→ **ASSIGNMENT**: When the line containing "#136=FACE_BOUND('',#135,.T.);" appears in the data below, begin copying there and stop only after the line containing "#144=ORIENTED_EDGE('',*,*,#65,.F.);".

→ **Collected data**:
# # #

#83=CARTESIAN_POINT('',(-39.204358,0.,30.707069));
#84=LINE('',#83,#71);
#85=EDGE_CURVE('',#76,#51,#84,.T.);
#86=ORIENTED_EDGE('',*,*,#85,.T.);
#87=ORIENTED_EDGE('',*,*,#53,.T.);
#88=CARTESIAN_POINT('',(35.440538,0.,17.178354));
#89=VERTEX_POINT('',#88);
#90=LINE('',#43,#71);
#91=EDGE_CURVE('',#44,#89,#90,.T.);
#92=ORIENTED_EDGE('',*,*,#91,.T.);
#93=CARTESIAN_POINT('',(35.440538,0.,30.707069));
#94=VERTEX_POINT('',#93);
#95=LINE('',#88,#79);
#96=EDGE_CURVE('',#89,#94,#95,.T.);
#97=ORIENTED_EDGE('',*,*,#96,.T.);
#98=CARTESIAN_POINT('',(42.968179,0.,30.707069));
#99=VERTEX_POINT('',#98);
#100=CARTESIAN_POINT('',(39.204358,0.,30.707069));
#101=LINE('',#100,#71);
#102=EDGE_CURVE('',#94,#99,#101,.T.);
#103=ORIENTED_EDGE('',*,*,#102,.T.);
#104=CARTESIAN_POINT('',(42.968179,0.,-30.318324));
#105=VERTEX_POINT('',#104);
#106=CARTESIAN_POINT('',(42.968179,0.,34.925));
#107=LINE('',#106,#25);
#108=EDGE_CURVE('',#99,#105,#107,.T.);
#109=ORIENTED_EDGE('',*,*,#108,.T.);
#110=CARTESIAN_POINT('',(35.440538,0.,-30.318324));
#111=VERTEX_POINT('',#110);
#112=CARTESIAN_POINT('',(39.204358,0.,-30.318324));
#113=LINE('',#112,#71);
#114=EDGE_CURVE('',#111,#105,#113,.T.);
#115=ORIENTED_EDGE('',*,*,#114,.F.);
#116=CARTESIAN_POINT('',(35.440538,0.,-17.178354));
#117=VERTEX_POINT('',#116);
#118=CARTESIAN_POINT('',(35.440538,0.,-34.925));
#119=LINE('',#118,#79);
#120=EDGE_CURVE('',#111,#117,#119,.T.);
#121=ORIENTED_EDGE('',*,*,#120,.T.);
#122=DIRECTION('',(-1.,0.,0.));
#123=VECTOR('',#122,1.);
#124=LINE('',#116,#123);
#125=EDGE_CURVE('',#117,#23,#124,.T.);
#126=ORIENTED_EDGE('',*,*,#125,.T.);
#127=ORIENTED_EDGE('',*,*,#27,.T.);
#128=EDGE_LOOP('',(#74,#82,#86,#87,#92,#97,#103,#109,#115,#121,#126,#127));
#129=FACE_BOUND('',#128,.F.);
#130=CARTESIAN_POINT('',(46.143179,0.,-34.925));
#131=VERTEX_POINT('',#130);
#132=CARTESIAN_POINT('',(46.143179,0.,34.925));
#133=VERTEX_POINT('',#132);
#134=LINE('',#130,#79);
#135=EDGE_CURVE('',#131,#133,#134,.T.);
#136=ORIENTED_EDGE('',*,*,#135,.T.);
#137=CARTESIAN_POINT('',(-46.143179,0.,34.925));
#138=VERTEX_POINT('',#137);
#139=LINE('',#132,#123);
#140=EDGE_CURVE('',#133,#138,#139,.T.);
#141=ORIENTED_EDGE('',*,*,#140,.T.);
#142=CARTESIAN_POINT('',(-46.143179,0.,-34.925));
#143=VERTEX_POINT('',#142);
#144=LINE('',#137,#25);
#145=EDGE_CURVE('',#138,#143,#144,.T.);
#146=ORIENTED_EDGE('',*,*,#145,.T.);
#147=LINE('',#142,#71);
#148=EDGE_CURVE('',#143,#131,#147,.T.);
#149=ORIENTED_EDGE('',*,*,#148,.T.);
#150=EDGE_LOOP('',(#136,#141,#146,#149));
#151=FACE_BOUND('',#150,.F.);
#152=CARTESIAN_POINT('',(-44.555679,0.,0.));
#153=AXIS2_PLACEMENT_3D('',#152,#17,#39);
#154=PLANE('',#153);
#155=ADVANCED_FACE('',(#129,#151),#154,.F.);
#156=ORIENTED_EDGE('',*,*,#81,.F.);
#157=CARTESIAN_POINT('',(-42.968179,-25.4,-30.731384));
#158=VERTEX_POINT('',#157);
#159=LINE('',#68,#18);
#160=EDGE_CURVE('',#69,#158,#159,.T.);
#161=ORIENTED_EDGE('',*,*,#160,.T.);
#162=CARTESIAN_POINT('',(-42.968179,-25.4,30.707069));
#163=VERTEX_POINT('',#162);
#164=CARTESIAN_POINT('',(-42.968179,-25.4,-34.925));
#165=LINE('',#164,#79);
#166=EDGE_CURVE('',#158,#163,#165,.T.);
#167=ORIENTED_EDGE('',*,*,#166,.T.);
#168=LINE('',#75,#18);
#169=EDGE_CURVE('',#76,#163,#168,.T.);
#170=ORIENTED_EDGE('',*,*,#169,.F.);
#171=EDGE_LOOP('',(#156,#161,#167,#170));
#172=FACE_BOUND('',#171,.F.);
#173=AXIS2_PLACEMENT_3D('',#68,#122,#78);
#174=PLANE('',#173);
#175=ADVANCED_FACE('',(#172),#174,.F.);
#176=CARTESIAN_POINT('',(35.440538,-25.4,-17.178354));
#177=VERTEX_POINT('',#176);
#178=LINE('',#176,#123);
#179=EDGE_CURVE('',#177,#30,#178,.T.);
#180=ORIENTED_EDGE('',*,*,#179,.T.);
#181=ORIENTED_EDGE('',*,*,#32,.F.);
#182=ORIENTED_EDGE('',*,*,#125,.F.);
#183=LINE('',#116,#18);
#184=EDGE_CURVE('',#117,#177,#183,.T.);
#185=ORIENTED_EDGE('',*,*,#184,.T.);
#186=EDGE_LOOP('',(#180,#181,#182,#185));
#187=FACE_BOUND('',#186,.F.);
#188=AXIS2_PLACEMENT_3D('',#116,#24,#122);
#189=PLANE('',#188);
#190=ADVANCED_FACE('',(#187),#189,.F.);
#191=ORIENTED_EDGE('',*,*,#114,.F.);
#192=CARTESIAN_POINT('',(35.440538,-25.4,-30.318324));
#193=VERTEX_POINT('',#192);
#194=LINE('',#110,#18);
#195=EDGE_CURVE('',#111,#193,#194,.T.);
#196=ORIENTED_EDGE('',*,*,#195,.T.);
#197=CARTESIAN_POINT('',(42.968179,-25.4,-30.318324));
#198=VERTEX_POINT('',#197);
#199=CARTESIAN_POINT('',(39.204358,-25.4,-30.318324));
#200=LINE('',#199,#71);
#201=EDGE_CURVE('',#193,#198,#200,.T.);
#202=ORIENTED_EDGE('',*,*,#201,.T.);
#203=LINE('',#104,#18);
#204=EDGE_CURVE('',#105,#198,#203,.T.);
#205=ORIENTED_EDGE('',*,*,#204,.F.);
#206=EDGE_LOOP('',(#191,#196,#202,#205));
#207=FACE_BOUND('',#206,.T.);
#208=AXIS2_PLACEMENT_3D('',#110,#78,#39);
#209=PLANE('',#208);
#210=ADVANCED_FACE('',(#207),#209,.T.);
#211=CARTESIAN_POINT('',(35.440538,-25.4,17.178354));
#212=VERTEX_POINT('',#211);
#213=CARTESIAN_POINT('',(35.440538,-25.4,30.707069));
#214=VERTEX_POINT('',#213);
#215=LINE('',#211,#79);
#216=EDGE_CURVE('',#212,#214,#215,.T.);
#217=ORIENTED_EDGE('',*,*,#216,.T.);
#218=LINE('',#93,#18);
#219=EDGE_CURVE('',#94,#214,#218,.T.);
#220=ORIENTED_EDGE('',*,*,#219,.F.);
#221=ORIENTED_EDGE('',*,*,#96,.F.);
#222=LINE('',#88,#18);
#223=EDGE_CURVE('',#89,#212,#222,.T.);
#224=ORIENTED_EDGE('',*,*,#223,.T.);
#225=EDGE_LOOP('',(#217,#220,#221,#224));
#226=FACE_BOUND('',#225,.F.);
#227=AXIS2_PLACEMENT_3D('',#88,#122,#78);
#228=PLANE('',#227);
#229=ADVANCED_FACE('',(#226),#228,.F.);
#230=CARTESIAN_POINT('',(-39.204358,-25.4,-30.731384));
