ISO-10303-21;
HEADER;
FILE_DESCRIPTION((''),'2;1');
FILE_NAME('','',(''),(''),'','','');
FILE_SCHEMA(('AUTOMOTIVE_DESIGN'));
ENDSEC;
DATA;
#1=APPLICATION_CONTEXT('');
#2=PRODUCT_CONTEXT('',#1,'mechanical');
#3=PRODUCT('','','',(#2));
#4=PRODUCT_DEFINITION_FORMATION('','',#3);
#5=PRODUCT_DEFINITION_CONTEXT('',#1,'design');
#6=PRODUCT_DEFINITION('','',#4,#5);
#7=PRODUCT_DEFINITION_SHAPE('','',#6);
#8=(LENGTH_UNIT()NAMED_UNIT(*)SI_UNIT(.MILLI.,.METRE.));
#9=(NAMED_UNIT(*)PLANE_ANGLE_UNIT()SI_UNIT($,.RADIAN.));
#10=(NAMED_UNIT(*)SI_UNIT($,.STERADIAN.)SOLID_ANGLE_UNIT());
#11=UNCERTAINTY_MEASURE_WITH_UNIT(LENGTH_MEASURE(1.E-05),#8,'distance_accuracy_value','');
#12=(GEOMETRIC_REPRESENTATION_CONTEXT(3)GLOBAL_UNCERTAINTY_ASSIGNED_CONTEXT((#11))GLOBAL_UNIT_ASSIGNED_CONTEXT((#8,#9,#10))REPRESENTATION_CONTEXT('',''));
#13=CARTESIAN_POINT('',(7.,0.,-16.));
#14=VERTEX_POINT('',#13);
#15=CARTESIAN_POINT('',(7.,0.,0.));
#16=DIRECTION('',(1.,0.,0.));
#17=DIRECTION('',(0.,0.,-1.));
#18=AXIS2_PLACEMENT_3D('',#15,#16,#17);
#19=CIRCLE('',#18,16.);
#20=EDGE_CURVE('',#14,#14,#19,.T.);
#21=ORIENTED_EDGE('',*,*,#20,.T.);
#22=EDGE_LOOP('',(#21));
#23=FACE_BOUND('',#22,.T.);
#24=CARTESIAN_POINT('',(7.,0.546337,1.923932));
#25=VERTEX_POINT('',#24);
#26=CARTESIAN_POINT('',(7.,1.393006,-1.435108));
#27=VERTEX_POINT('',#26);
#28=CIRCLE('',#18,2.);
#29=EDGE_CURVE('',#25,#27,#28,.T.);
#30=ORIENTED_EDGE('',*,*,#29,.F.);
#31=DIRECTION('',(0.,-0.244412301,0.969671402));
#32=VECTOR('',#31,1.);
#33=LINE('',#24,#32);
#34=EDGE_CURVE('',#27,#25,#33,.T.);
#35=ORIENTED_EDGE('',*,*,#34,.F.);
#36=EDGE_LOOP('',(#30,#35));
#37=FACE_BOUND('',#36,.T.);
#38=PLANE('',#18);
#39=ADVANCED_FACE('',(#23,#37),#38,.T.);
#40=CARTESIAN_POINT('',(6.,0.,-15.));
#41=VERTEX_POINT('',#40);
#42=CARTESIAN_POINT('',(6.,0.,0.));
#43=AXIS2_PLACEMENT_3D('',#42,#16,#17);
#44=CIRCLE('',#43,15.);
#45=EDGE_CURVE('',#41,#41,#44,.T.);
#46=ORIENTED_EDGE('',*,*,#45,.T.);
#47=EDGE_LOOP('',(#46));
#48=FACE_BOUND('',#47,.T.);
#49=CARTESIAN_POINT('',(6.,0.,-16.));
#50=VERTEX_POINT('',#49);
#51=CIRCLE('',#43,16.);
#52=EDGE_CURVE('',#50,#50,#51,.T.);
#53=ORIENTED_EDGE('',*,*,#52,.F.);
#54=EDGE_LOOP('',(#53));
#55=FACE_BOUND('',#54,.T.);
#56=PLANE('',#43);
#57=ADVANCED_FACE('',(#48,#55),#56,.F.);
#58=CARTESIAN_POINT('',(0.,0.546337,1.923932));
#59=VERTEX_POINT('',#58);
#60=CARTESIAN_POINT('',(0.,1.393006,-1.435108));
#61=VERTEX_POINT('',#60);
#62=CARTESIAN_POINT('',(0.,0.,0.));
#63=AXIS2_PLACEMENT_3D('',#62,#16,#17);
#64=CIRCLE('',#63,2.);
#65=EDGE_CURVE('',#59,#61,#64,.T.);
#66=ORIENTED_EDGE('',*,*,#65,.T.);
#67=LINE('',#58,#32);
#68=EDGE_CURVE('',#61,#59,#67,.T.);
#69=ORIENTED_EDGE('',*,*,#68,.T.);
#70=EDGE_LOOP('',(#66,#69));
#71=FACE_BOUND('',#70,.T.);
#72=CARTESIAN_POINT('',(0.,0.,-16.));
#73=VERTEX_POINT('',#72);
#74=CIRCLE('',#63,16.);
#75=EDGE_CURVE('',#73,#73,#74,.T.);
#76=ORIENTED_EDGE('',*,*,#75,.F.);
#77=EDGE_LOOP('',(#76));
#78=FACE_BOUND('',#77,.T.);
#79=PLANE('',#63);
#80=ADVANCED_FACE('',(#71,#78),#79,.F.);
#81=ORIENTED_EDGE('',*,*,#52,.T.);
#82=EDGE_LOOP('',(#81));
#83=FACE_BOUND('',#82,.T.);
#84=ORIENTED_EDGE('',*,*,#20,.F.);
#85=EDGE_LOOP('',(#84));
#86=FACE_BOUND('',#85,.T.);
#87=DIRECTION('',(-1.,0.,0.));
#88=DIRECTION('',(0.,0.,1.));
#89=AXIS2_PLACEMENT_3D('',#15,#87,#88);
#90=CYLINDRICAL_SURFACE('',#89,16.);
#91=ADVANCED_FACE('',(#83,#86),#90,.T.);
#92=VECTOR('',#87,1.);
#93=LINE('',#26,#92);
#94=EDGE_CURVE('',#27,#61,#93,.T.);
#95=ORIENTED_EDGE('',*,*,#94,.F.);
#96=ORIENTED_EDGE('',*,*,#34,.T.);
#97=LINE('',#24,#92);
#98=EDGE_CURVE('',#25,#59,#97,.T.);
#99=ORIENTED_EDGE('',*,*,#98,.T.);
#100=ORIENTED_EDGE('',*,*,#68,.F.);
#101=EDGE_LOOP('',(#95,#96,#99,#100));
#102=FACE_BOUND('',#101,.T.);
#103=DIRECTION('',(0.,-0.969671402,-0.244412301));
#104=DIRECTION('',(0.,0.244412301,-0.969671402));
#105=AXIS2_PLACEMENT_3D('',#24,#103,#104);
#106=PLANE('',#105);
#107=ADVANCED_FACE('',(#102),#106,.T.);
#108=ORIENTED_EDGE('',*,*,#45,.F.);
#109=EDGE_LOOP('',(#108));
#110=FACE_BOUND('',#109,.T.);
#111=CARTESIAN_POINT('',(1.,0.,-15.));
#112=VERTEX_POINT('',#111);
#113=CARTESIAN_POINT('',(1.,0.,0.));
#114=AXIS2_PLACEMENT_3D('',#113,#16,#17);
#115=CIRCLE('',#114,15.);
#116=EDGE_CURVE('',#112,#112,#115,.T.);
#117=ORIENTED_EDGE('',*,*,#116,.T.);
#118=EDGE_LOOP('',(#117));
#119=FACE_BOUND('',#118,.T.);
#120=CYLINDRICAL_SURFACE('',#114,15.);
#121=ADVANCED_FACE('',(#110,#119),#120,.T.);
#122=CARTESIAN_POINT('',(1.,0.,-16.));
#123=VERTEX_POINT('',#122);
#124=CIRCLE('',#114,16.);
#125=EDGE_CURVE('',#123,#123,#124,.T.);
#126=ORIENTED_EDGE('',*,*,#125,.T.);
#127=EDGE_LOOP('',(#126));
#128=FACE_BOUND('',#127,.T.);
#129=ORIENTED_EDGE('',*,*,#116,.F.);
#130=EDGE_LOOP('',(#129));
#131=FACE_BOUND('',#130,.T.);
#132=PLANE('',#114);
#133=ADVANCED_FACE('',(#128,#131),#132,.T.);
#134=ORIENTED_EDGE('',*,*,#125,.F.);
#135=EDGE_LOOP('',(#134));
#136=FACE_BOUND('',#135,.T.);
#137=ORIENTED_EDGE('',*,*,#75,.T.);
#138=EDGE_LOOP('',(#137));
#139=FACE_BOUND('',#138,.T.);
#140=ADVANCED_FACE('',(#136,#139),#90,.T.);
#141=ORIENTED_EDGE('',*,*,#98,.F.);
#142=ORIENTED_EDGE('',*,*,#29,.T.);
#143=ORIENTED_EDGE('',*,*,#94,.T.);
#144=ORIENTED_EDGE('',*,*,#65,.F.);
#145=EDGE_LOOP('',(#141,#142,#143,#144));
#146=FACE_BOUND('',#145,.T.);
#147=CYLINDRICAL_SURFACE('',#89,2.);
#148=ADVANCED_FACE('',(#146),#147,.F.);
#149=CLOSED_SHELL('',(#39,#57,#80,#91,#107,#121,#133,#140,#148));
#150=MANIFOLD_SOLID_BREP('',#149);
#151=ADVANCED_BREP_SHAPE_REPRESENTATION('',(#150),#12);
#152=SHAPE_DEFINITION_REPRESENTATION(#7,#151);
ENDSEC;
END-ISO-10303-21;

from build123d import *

# Parameters (mm, degrees)
SKETCH1_R           = 16
BOSS_EXTRUDE1_DEPTH = 7
CUT_EXTRUDE1_START  = -5
SKETCH3_R           = 16
SKETCH3_R_2         = 15
CUT_EXTRUDE1_DEPTH  = 5


with BuildPart() as part:
    # Sketch1 → Boss-Extrude1 (new body)
    with BuildSketch(Plane(origin=(0, 0, 0), x_dir=(0, 0, -1), z_dir=(1, 0, 0))):
        Circle(SKETCH1_R)
        with BuildLine():
            Line((-1.923932435, 0.546336878), (1.435107833, 1.393005925))
            ThreePointArc((1.435107833, 1.393005925), (0.488824602, -1.939342803), (-1.923932435, 0.546336878))
        make_face(mode=Mode.SUBTRACT)
    extrude(amount=BOSS_EXTRUDE1_DEPTH)

    # Sketch3 → Cut-Extrude1 (cut)
    with BuildSketch(Plane(origin=(6, 0, 0), x_dir=(0, 0, -1), z_dir=(1, 0, 0)).offset(CUT_EXTRUDE1_START)):
        Circle(SKETCH3_R)
        Circle(SKETCH3_R_2, mode=Mode.SUBTRACT)
    extrude(amount=CUT_EXTRUDE1_DEPTH, mode=Mode.SUBTRACT)


solid = part.part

# # #

→ **SOLUTION TO THE EXERCISE**:
#136=FACE_BOUND('',#135,.T.);
#137=ORIENTED_EDGE('',*,*,#75,.T.);
#138=EDGE_LOOP('',(#137));
#139=FACE_BOUND('',#138,.T.);
#140=ADVANCED_FACE('',(#136,#139),#90,.T.);
#141=ORIENTED_EDGE('',*,*,#98,.F.);
#142=ORIENTED_EDGE('',*,*,#29,.T.);
#143=ORIENTED_EDGE('',*,*,#94,.T.);
#144=ORIENTED_EDGE('',*,*,#65,.F.);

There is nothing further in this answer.